This involves comparing the distribution of network:euclidean ratios for a given city (e.g. Fig 1). ANOVA, or analysis of variance is the tool for the job. However it requires few assumptions to be met:

if you can read this, the figure hasn't loaded. sorry
Fig 1: Distribution of network:euclidean distance ratios across Ljubljana.

Independence is a safe assumption. These are different cities, separated by some distance, in different geographical and geological settings. Sure some urban planning practices, designs and themes might have been copied here and there, but, whatever. Check.

Normality was tested with scipy.stats.normaltest and they all came back as normal enough.[6] Check.

Homoscedasticity. Fail. scipy.stats.bartlett suggested that these samples are unlikely to have equal variances.

So, no ANOVA today. Kruskal-Wallis, however, can be used as a substitute as it operates on the ranks of the data, rather than the data itself.

Kruskal-Wallis will only tell you if there is a difference between groups, but it won't tell you which cities are different. For that you need a bit of post-hoc analysis.[7] Pairwise comparisons were carried out using Conover's test as implemented in scikit_posthocs with step-down Bonferroni adjustments to account for there being multiple comparisons.

results

the headline

Madrid is the most euclidean; Valletta the least.

the detail

They are different (Fig 2). Well, some of them are at least. It is a spectrum. You could even say there is spatial heterogeneity.[8]

Madrid, Brussels, Paris, and Oslo are the most euclidean, apparently, with median ratios of 1.195, 1.216, 1.222, and 1.228, respectively, and if Conover's test is to be believed, they are not significantly different from one another (p-value > whatever threshold you fancy, 0.05, 0.001) (Fig 2). At the other extreme: Valetta (2.440), Vaduz (1.397), and Budapest (1.375) were the least euclidean, and can all be considered similarly inefficient.

if you can read this, the figure hasn't loaded. sorry
Fig 2: Heatmap of post-hoc pairwise comparisons using Conover's test. Small p-values allow us to reject the null hypothesis, and conclude that there is a difference between any given pair of cities, i.e., differences can be found in the purples around the edge of the figure. note: the colour scale is logarithmic.

Cities with larger average ratios also had greater variance[9] (Fig 3). Even within the most spaghetti-like city, some routes from will still be relatively direct, for example, in Stockholm you could get from the junction of Odengatan and Birger Jarlsgatan to the center of Svensksundsparken on Skeppsholmen traveling only 9.7% further than a bird (euclidean: 2683 m, network: 2942 m; ratio: 1.097). It is worth noting that this is largely independent of distance, i.e. it is not just a few long and wiggly routes that drive the greater variance. There are long direct routes, and short circuitous ones. For each city the ratio was hastily regressed against euclidean distance, and no consistent pattern emerged, with r-squared values typically around ~0.09.

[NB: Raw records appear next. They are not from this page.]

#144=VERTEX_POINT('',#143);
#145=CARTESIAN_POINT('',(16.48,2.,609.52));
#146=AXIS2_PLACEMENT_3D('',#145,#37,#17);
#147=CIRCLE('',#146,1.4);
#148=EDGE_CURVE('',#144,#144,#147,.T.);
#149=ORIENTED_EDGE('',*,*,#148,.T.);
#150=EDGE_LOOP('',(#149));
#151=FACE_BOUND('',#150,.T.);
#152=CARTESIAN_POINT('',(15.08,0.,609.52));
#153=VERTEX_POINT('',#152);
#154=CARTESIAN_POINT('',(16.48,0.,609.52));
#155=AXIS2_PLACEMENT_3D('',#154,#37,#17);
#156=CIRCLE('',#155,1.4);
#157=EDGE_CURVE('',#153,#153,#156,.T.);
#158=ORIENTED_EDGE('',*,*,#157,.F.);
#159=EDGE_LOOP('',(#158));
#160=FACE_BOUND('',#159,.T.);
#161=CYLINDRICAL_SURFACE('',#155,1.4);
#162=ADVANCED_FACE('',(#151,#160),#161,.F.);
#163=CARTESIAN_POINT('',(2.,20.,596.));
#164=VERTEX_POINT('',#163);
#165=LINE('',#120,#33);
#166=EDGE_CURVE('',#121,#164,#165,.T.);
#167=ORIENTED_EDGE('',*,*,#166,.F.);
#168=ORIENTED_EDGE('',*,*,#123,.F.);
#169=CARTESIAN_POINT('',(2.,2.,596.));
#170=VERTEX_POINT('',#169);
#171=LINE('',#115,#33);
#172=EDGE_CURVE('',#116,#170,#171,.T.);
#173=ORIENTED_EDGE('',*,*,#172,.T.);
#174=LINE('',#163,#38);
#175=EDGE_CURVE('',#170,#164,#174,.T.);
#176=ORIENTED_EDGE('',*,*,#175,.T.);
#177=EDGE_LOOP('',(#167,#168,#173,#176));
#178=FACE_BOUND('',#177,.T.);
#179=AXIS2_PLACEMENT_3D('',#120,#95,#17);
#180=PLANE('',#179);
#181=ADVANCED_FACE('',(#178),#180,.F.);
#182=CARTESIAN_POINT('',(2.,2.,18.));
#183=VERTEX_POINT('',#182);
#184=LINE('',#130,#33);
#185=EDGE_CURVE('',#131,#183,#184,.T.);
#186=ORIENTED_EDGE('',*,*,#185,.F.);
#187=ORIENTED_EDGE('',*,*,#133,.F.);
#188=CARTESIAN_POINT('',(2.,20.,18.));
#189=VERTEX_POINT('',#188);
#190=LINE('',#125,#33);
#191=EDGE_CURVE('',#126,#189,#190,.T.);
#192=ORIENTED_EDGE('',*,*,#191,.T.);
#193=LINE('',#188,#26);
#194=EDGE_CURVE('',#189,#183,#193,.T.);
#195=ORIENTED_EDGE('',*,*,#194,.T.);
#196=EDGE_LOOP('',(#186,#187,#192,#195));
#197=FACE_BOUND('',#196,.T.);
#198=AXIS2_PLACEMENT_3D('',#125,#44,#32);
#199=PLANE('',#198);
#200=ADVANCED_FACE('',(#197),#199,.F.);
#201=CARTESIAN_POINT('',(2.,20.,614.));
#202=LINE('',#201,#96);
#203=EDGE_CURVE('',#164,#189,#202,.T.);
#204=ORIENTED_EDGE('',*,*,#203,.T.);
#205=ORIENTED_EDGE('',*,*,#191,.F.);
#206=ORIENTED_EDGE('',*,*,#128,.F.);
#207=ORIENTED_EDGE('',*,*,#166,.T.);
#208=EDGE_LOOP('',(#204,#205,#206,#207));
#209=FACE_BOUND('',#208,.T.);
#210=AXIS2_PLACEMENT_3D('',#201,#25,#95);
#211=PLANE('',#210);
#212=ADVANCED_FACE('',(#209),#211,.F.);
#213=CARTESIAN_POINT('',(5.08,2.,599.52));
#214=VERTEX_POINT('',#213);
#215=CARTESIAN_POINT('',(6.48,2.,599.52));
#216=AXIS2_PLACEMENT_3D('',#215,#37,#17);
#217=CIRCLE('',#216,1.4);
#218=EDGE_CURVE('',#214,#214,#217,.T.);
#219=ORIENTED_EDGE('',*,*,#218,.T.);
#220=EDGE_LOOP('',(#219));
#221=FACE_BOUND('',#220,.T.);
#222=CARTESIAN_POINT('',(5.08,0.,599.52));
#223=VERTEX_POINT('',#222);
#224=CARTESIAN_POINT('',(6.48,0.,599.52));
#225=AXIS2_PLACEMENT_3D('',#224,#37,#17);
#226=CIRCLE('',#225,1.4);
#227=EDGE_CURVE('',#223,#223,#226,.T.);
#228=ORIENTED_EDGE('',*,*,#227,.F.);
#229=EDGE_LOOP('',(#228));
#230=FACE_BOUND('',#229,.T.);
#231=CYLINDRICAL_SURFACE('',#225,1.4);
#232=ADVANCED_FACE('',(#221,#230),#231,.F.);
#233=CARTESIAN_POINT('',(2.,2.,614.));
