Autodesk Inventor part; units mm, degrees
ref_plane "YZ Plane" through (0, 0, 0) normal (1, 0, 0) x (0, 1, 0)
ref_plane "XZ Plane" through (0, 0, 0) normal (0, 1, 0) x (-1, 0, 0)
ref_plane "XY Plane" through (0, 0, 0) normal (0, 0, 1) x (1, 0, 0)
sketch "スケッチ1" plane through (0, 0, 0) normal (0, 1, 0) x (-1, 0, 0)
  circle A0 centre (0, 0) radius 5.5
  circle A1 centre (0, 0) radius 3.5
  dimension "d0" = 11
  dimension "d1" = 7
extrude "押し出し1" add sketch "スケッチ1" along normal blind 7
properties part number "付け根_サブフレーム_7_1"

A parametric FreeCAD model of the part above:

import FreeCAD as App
import Part
import Sketcher
Q = App.Units.Quantity

doc = App.newDocument("Part")
body = doc.addObject("PartDesign::Body", "Body")

# Sketch on XZ plane
sketch1 = doc.addObject("Sketcher::SketchObject", "Sketch")
body.addObject(sketch1)
sketch1.AttachmentSupport = (doc.XZ_Plane, [""])
sketch1.MapMode = "FlatFace"
sketch1.addGeometry([
    Part.Circle(App.Vector(0, 0, 0), App.Vector(0, 0, 1), 5.5),
    Part.Circle(App.Vector(0, 0, 0), App.Vector(0, 0, 1), 3.5),
], False)
sketch1.addConstraint([
    Sketcher.Constraint("Coincident", 0, 3, -1, 1),
    Sketcher.Constraint("Coincident", 1, 3, -1, 1),
    Sketcher.Constraint("Diameter", 0, Q("11 mm")),
    Sketcher.Constraint("Diameter", 1, Q("7 mm")),
])
pad1 = doc.addObject("PartDesign::Pad", "Pad")
body.addObject(pad1)
pad1.Profile = sketch1
pad1.Length = 7
pad1.Reversed = True

doc.recompute()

if you can read this, the figure hasn't loaded. sorry
Fig 3: boxplot of network : euclidean distance ratios for each city, sorted by median. Note the logarithmic x-scale. Hover over a box for maximum, minimum, median and IQR values (given to too many decimal places for no good reason)

A quick comparision with all the statistics generated by osmnx.stats.basic_stats shows, mercifully, that I didn't re-invent the wheel here.[10] Average street circuity is the metric with the greatest similarlity to the ratio calculated here, and whilst they are correlated (r=0.33), they are different. ish. Andorra, with its hairpins tops the circuity charts, whereas Budapest is amongst the least. The circuity average is the result of averaging the circuity[11] for each edge, whereas the ratio calculated here is for a route across the network, involving multiple edges. It is understandable that these are different, since the angle at which streets intersect is not being accounted for in the former, whereas it is implicity included in the latter.[12]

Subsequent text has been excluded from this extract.